Licensing methods and the Isaac sequence
Perceptron is using a dual-track technique for its mannequin weights and licensing. The flagship Perceptron Mk1 is a closed-source mannequin accessed by way of API, designed for enterprise-grade efficiency and safety.
Nevertheless, the corporate can also be sustaining its "Isaac" sequence, which kicked off with the launch of Isaac 0.1 in September 2025, as an open-weights various. Isaac 0.2-2b-preview, launched in December 2025, is a 2-billion parameter vision-language mannequin with reasoning capabilities that’s obtainable for edge and low-latency deployments.
Whereas the weights for the Isaac fashions are open on the favored AI code sharing group Hugging Face, Perceptron presents industrial licenses for corporations that require most management or on-premise deployment of the weights.
This strategy permits the corporate to assist each the open-source group and specialised industrial companions who want proprietary flexibility. The documentation notes that Isaac 0.2 fashions are particularly optimized for sub-200ms time-to-first-token, making them ideally suited for real-time edge units.
Background on Perceptron founding and focus
Perceptron AI is a Bellevue, Washington-based bodily AI startup based by Aghajanyan and Akshat Shrivastava, each former analysis scientists at Meta’s Fb AI Analysis (FAIR) lab.
The corporate’s public supplies date its founding to November 2024, whereas a Washington company submitting report for Perceptron.ai Inc. reveals an earlier overseas registration submitting on October 9, 2024, itemizing Shrivastava and Aghajanyan as governors.
In founder launch posts from late 2024, Aghajanyan mentioned he had left Meta after almost six years and “joined forces” with Shrivastava to construct AI for the bodily world, whereas Shrivastava mentioned the corporate grew out of his work on effectivity, multimodality and new mannequin architectures.
The founding seems to have adopted straight from the pair’s work on multimodal basis fashions at Meta. In Could 2024, Meta researchers printed Chameleon, a household of early-fusion fashions designed to know and generate blended sequences of textual content and pictures, work that Perceptron later described as a part of the lineage behind its personal fashions.
A July 2024 follow-on paper, MoMa, explored extra environment friendly early-fusion coaching for mixed-modal fashions and listed each Shrivastava and Aghajanyan among the many authors. Perceptron’s acknowledged thesis extends that analysis path into “bodily AI”: fashions that may course of real-world video and different sensory streams to be used instances comparable to robotics, manufacturing, geospatial evaluation, safety and content material moderation.
Companion ecosystems and future outlook
The true-world affect of Mk1 is already being demonstrated by way of Perceptron's accomplice community.

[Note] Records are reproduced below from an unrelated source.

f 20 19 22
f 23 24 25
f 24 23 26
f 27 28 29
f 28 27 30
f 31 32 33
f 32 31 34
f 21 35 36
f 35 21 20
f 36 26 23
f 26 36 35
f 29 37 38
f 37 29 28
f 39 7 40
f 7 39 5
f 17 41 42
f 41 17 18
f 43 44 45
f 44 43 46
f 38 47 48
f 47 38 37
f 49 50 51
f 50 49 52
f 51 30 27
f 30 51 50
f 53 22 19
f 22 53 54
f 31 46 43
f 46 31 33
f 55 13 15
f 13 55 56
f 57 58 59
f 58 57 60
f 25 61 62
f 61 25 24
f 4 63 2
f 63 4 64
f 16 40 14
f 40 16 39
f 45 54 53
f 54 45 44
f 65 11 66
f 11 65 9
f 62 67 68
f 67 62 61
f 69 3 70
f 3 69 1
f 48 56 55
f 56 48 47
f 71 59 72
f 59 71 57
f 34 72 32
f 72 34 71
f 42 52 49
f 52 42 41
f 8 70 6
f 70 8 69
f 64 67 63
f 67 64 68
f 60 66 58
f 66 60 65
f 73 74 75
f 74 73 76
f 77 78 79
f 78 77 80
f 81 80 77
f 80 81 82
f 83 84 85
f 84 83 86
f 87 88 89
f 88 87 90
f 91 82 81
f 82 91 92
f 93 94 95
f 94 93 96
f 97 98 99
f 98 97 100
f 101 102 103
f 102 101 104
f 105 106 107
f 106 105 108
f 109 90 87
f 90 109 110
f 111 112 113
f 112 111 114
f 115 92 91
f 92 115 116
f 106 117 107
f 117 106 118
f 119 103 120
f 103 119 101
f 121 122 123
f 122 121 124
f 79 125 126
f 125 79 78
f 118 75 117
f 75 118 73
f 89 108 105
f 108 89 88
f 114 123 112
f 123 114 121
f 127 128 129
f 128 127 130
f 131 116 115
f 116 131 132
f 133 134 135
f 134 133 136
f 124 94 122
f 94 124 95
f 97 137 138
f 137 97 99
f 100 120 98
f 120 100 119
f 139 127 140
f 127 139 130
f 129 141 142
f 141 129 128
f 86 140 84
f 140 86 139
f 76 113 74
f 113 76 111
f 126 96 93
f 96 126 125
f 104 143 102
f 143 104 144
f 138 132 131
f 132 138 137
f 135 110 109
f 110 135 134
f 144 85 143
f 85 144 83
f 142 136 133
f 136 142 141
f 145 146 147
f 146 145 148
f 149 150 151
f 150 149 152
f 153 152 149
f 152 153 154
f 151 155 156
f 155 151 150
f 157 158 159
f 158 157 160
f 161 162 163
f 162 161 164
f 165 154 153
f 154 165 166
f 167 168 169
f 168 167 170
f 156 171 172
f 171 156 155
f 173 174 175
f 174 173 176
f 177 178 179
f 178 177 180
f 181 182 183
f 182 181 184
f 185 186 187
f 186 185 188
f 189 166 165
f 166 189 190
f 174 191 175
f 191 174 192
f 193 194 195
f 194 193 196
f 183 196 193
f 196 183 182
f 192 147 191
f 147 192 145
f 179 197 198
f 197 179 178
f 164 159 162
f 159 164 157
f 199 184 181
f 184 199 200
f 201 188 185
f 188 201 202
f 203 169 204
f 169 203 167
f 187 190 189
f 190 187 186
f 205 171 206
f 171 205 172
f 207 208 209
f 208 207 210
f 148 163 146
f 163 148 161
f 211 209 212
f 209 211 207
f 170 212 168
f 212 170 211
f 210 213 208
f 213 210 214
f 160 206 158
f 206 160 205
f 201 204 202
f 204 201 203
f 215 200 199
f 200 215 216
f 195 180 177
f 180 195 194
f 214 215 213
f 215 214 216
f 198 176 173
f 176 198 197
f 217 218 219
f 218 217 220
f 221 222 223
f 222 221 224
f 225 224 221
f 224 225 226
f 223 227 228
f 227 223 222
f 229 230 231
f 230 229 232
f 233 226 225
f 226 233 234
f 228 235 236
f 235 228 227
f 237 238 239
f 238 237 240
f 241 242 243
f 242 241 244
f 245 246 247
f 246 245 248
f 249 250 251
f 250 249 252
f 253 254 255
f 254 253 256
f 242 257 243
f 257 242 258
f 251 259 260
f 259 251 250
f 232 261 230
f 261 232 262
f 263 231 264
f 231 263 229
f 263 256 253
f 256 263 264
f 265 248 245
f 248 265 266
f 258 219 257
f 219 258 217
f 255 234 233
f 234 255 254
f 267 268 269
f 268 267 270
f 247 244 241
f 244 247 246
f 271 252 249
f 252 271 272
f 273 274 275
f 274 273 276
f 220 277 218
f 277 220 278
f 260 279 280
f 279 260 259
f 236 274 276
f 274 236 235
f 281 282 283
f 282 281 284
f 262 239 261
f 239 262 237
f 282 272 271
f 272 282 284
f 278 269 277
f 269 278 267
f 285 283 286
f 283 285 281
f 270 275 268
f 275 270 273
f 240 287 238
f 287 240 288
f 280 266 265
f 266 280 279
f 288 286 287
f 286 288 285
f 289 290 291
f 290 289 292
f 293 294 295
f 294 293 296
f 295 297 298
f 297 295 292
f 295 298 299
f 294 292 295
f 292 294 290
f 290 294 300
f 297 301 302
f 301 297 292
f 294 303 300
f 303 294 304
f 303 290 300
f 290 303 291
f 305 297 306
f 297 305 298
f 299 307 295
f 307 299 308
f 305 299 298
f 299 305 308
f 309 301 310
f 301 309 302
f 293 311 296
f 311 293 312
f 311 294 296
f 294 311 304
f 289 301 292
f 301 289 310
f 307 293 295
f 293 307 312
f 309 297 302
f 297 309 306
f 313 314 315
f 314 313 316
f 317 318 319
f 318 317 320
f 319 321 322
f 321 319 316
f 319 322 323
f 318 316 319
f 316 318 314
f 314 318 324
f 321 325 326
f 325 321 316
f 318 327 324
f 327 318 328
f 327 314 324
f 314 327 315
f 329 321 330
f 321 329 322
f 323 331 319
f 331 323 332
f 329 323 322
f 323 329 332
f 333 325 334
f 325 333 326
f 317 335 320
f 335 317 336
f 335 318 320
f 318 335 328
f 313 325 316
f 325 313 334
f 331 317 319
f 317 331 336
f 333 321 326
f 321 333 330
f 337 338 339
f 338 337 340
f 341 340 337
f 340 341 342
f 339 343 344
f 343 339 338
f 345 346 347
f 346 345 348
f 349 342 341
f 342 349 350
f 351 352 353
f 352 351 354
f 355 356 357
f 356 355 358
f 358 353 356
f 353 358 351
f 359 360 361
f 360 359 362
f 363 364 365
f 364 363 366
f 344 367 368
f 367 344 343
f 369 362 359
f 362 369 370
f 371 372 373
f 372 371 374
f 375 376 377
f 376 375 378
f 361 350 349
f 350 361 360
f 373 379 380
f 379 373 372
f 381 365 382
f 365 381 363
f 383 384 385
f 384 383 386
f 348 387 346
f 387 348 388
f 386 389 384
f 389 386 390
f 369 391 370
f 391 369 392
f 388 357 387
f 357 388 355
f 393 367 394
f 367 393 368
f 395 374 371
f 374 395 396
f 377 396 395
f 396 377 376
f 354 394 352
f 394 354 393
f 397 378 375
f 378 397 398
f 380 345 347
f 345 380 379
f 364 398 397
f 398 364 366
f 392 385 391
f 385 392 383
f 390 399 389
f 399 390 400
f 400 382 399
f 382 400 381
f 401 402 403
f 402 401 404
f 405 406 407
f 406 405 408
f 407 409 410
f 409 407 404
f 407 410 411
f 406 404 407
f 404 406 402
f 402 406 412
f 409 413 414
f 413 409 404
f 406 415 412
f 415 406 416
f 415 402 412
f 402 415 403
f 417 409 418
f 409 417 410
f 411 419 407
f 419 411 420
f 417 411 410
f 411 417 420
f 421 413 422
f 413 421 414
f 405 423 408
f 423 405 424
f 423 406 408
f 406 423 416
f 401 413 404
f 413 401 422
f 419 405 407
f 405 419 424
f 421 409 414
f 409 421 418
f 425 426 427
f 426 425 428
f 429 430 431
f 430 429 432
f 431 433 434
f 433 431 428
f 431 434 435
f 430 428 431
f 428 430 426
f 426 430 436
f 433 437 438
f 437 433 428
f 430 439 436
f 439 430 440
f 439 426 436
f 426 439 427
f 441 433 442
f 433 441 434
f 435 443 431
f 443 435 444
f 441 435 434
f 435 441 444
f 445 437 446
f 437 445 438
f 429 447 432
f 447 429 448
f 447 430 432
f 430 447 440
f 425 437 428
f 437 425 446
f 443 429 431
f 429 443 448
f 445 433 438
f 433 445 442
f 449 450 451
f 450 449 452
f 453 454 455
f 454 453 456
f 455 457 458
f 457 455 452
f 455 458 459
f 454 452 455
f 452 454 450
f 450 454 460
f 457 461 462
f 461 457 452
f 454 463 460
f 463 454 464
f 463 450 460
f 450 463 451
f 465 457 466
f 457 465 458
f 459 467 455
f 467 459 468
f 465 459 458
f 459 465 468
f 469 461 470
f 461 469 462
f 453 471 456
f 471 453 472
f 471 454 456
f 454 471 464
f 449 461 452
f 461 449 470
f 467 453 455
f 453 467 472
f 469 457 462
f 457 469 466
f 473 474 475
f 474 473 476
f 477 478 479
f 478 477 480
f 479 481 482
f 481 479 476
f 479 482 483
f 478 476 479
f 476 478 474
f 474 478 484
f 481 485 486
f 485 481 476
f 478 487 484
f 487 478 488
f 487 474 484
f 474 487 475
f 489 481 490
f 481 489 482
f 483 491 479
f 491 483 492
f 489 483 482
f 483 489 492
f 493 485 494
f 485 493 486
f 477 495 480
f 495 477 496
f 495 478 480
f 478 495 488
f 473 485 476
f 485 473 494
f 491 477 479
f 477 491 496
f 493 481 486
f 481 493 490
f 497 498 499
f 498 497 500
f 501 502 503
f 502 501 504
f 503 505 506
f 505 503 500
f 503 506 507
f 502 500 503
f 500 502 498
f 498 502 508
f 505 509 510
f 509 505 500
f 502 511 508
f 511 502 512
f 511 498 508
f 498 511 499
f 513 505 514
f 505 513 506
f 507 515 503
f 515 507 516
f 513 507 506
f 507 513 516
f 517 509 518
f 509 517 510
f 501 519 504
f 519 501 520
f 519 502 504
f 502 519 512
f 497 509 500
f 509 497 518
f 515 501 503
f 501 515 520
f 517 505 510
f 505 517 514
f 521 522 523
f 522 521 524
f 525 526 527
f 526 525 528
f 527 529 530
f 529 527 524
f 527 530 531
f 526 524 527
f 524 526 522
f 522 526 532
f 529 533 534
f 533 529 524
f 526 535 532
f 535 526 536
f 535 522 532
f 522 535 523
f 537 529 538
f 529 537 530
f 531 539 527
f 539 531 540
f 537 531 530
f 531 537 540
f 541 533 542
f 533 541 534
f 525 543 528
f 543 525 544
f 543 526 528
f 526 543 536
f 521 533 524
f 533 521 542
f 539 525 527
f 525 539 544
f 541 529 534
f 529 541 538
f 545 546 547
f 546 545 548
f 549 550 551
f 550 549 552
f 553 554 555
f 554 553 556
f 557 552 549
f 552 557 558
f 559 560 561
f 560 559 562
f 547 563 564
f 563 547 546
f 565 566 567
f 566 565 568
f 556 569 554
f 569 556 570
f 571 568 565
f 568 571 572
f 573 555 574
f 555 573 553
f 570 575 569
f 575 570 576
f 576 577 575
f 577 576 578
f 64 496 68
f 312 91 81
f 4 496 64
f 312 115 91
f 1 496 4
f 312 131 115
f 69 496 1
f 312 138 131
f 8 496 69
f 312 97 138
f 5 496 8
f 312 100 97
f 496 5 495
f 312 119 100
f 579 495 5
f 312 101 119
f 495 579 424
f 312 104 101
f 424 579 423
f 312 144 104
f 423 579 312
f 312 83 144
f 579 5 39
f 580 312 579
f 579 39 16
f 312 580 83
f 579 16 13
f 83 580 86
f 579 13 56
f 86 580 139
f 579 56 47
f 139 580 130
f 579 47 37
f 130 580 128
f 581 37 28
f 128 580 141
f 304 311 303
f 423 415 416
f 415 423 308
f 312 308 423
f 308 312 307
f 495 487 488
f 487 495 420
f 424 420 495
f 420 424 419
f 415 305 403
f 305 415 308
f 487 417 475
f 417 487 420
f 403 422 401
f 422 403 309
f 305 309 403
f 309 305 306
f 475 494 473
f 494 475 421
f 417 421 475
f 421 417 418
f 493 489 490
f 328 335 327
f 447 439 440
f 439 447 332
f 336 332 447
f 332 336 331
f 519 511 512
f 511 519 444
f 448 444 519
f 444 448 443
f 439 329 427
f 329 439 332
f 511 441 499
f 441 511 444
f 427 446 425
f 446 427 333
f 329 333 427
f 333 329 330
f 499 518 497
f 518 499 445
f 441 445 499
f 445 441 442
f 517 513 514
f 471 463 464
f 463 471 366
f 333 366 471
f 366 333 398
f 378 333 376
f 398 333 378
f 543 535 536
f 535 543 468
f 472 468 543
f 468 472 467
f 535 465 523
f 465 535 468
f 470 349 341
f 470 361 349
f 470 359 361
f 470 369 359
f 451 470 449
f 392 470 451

Early adopters are utilizing the mannequin for numerous functions, comparable to auto-clipping highlights from reside sports activities, which leverages the mannequin's temporal understanding to determine key performs with out human intervention.
Within the robotics sector, companions are curating teleoperation episodes into coaching information, successfully automating the method of labeling and cleansing information for robotic arms and cell models.

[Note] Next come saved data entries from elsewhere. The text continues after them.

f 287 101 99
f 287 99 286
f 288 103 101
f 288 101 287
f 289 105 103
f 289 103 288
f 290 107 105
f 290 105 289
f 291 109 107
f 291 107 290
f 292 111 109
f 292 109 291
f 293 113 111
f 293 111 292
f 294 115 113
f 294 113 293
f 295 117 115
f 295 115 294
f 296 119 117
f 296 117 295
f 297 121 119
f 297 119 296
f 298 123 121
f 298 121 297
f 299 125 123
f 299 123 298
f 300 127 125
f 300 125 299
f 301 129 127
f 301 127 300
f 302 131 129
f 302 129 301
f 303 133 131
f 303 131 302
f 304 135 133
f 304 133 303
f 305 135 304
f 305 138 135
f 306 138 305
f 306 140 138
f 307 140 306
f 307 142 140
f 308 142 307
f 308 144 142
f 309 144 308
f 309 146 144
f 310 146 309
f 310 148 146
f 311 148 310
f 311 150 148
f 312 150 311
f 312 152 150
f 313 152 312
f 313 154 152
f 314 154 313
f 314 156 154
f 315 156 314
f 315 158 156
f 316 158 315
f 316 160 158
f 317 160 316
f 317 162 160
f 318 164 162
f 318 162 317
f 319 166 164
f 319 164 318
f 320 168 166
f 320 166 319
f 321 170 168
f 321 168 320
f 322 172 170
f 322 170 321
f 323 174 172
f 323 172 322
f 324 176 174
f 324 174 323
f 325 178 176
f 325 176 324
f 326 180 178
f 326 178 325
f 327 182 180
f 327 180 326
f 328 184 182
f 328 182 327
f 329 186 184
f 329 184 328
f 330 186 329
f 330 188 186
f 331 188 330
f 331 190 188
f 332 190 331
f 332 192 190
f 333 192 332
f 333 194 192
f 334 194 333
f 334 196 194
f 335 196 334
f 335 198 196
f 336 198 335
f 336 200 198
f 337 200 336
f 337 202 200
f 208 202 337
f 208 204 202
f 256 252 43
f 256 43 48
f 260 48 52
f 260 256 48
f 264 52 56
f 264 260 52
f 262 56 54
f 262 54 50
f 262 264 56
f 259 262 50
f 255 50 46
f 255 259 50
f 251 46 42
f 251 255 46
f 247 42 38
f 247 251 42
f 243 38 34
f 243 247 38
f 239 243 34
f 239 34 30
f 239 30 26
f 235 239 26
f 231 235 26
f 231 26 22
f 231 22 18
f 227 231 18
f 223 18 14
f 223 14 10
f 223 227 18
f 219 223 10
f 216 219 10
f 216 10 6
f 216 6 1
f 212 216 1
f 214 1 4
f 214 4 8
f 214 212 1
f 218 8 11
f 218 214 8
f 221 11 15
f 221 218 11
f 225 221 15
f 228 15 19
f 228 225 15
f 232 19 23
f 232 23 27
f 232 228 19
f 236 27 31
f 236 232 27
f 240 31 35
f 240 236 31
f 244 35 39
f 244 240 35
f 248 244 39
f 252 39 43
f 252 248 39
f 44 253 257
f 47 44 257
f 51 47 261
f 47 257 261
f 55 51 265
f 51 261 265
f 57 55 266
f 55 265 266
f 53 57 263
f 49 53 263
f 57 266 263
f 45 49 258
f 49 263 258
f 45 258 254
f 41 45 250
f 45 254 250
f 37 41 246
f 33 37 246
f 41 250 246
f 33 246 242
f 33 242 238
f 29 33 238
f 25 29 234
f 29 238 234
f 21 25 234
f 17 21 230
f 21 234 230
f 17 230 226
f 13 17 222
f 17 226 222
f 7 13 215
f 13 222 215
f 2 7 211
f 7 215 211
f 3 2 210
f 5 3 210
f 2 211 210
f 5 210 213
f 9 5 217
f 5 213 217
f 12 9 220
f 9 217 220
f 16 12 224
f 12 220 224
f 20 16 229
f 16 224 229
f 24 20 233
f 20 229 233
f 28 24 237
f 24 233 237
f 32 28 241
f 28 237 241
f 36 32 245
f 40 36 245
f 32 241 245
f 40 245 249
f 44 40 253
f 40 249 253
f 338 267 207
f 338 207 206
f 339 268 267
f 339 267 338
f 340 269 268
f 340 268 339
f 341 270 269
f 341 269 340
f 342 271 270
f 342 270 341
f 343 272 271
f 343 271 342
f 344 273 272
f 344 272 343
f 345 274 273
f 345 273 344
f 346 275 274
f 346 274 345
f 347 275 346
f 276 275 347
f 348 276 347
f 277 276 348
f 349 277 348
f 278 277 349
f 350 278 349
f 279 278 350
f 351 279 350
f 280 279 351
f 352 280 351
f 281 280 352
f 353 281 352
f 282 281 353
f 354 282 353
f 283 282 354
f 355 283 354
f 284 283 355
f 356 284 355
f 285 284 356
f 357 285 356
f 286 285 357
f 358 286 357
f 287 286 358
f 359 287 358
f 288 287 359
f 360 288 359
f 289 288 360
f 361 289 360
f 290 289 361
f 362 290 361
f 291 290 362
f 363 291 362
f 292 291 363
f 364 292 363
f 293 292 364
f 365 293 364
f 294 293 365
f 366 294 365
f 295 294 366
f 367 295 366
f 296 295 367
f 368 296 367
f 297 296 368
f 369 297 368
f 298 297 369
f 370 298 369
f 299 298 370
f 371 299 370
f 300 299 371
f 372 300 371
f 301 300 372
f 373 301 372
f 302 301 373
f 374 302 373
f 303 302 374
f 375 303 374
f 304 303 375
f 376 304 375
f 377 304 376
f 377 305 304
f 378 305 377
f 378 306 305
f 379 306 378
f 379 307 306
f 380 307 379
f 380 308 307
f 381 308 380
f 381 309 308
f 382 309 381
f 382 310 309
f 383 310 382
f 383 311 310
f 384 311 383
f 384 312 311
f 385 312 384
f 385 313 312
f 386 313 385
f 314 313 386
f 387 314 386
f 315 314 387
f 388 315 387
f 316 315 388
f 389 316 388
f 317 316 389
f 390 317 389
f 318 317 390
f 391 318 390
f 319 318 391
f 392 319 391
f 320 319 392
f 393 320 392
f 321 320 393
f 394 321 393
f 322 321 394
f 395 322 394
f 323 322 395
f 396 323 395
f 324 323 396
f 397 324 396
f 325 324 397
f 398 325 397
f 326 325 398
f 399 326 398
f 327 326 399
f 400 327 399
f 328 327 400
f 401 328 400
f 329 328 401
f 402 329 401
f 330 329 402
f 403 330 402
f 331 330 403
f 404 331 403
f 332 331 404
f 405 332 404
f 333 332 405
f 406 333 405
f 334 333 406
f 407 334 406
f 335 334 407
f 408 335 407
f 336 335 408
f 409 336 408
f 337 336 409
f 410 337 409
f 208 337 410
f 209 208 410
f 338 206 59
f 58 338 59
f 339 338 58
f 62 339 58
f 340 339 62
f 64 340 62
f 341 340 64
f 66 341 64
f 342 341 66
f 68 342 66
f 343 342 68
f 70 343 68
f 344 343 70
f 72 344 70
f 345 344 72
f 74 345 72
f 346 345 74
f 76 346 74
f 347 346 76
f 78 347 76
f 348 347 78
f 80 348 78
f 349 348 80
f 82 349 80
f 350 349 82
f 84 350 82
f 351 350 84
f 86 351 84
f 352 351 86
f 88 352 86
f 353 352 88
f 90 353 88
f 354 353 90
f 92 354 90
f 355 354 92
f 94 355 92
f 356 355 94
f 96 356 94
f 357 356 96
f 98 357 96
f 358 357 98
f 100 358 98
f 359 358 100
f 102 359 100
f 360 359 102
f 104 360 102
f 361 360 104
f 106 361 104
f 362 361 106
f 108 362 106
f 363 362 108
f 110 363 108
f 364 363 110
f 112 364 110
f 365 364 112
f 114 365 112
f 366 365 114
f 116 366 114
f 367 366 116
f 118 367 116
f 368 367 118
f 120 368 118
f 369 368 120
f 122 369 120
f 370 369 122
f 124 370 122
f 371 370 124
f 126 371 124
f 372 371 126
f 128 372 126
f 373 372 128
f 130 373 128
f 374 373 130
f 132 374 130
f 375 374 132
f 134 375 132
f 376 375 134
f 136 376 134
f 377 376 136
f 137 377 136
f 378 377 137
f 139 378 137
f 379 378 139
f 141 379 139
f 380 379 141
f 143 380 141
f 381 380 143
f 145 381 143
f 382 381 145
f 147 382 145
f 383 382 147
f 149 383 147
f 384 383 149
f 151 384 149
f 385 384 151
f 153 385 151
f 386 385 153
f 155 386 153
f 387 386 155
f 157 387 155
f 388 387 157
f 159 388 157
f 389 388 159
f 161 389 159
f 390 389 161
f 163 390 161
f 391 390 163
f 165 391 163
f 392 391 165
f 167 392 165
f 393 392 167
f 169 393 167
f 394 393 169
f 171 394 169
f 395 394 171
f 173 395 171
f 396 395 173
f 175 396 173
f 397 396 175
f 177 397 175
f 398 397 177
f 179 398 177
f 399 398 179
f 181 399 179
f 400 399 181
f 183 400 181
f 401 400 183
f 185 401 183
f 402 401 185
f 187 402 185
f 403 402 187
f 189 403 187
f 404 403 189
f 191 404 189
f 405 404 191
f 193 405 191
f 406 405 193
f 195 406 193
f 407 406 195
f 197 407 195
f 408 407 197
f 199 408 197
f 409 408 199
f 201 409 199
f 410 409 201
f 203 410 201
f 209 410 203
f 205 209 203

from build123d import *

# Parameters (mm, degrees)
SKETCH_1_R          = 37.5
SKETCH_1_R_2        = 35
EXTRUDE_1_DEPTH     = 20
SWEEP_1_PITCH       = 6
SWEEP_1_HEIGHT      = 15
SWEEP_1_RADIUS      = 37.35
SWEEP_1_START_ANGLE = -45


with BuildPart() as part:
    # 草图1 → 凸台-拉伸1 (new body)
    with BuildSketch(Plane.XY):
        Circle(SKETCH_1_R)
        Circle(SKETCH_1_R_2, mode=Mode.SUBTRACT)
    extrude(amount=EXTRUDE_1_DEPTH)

Different use instances embrace multimodal high quality management brokers on manufacturing traces, which may detect defects and confirm meeting steps in real-time, and wearable assistants on good glasses that present context-aware assist to customers.
Aghajanyan acknowledged that these releases are the end result of analysis supposed to make AI operate finest within the bodily world, transferring towards a future the place "bodily AI" is as ubiquitous as digital AI.